First-year roommates, political communication major Olivia Occhipinti and international affairs major Estelle Cohen, said solidarity is important when it comes to honoring and respecting each other’s traditions and practices. Cohen is Jewish and celebrates Hanukkah, while Occhipinti said as a Muslim she does not celebrate any winter holidays.

The pair said they anticipate celebrating Hanukkah alongside friends — and, of course, a dreidel. They said they also plan to celebrate future holidays together like Eid, a Muslim holiday in April that Occhipinti celebrates. Cohen said she plans to gift Occhipinti a Moroccan dress for Eid and will join her for future Iftars, the meal eaten after sundown on Ramadan.

Cohen and Occhipinti said they are very conscientious of all of each other’s religious practices, not just holidays. Occhipinti said she attends Shabbat dinners, a weekly Friday night dinner to observe the Jewish day of rest, with Cohen. Cohen, for her part, said she sometimes reminds Occhipinti to pray.

Being Muslim, Occhipinti said she prays five times a day. She said that in Islam, when an individual is praying, people are not supposed to walk in front of one’s prayer mat so as not to sever the line between them and God. 

“She always walks around the prayer mat, even if it’s so inconvenient for her to do it,” Occhipinti said. 

Besides Hanukkah, the two said they intend to celebrate something they call “winter love” together because neither celebrates Christmas. They said they haven’t decided what the celebration will entail, just that it will be a way for them to celebrate with each other.

“It’s just that we just love each other and we love winter and it’s super secular,” Cohen said. 

Lydia Nassef and Hannah Streeter De Taboada, two first-year roommates majoring in philosophy and exercise science, respectively, also share their holiday traditions. Nassef, who is Catholic, celebrates Christmas, while Streeter De Taboada, who is Jewish, celebrates Hanukkah.

Streeter De Taboada said during their time living together, she has taught Nassef about Jewish traditions like eating challah, a traditional bread eaten on Shabbat. Nassef said she tried some at the campus org fair this past fall.

“Honestly, next semester, it’s gonna be a lot more stuff,” Nassef said. “I just enrolled in Judaism.”

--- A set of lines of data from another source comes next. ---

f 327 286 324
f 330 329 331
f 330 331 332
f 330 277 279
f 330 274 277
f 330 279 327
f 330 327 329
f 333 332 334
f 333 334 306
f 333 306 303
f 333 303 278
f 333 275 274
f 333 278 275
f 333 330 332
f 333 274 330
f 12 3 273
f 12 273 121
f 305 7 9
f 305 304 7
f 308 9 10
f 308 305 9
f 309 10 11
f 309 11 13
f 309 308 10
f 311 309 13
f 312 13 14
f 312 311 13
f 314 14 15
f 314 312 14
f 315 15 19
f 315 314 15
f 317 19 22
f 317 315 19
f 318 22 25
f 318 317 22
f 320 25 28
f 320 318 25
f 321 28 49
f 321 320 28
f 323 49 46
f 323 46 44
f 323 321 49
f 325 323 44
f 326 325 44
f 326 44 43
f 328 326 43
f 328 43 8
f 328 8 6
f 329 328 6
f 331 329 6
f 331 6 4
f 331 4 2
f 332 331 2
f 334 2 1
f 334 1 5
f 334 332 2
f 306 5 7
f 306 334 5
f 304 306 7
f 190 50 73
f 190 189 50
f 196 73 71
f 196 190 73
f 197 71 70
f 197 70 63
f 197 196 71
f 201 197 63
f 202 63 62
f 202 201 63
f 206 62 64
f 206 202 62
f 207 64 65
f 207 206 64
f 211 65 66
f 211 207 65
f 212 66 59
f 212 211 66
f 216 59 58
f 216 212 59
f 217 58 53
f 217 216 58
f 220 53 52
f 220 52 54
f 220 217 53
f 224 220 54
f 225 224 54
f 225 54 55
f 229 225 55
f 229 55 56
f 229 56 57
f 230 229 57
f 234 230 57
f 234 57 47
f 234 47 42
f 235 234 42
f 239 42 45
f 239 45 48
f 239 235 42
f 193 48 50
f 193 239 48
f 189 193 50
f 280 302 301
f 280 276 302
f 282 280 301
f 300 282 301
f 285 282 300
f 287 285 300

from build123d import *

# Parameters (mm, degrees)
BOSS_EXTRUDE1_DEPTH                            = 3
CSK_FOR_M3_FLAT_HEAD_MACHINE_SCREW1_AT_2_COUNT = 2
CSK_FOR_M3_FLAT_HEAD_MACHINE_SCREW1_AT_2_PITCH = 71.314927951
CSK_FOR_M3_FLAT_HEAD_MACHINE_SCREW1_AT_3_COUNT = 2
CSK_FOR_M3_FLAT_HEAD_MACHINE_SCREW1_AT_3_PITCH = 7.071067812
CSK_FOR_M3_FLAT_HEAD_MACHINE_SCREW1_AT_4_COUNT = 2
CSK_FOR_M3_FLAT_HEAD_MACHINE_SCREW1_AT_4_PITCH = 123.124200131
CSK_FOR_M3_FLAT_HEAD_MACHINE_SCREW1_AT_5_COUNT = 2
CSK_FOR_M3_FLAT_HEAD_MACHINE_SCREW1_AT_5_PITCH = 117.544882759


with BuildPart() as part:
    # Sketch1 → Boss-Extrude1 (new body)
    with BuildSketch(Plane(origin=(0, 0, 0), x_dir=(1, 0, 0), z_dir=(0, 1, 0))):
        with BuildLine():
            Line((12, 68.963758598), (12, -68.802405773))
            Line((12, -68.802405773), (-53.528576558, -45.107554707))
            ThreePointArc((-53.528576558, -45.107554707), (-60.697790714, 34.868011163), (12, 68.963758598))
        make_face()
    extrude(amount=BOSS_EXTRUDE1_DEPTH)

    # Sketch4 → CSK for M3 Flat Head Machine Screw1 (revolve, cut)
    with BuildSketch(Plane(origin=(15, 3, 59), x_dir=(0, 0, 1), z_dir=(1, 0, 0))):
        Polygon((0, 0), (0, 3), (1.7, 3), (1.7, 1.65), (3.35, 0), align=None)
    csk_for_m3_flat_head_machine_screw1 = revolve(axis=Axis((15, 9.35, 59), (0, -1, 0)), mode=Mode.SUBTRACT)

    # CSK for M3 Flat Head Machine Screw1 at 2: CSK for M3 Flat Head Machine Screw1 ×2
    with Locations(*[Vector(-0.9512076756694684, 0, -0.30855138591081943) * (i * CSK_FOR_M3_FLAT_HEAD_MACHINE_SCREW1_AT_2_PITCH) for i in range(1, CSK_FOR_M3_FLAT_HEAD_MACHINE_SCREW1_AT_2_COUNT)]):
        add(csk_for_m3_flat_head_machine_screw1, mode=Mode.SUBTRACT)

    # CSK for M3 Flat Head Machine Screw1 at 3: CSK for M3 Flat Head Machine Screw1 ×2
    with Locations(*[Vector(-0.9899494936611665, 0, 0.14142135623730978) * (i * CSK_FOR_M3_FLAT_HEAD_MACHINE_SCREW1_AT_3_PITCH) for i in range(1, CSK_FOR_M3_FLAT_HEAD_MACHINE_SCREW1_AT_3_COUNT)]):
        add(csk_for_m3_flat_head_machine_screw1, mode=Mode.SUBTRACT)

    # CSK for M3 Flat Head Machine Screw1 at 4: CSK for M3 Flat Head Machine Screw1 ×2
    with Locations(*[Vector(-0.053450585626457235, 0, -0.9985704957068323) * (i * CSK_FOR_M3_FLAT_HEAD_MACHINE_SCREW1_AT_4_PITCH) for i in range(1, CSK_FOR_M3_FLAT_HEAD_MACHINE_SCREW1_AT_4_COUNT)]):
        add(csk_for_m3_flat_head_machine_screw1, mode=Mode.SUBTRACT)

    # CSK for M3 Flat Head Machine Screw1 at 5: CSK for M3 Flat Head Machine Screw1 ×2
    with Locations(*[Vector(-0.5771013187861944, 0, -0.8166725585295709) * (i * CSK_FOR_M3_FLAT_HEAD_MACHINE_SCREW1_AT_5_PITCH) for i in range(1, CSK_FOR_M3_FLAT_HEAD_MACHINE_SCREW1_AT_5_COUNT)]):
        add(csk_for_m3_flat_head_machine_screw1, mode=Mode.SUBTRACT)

Both roommates said the winter holidays are less about religion and more about tradition and family for them. Streeter De Taboada said decorating a Christmas tree together brought a sense of family togetherness that she enjoyed.

“I guess there’s also a sense of nostalgia to them, which is really nice,” Streeter de Taboada said. “And I know it sounds basic but just being with family and that connection.”

Nassef said she went with Streeter De Taboada to the Jewish student organization Chabad GW’s Mega Hanukkah event in Kogan Plaza last Tuesday. Nassef said it was her first time hearing a prayer in Hebrew. The pair also said they want to continue their celebrations by baking challah and other traditional Hanukkah foods this year.

Nassef said Judaism is still somewhat unfamiliar to her, as she went to Catholic school in a predominantly Catholic town all her life. But she said she feels lucky to be rooming with and learning from Streeter De Taboada.

“It’s cool that now I’m learning about another religion through someone who I’m such good friends with,” Nassef said.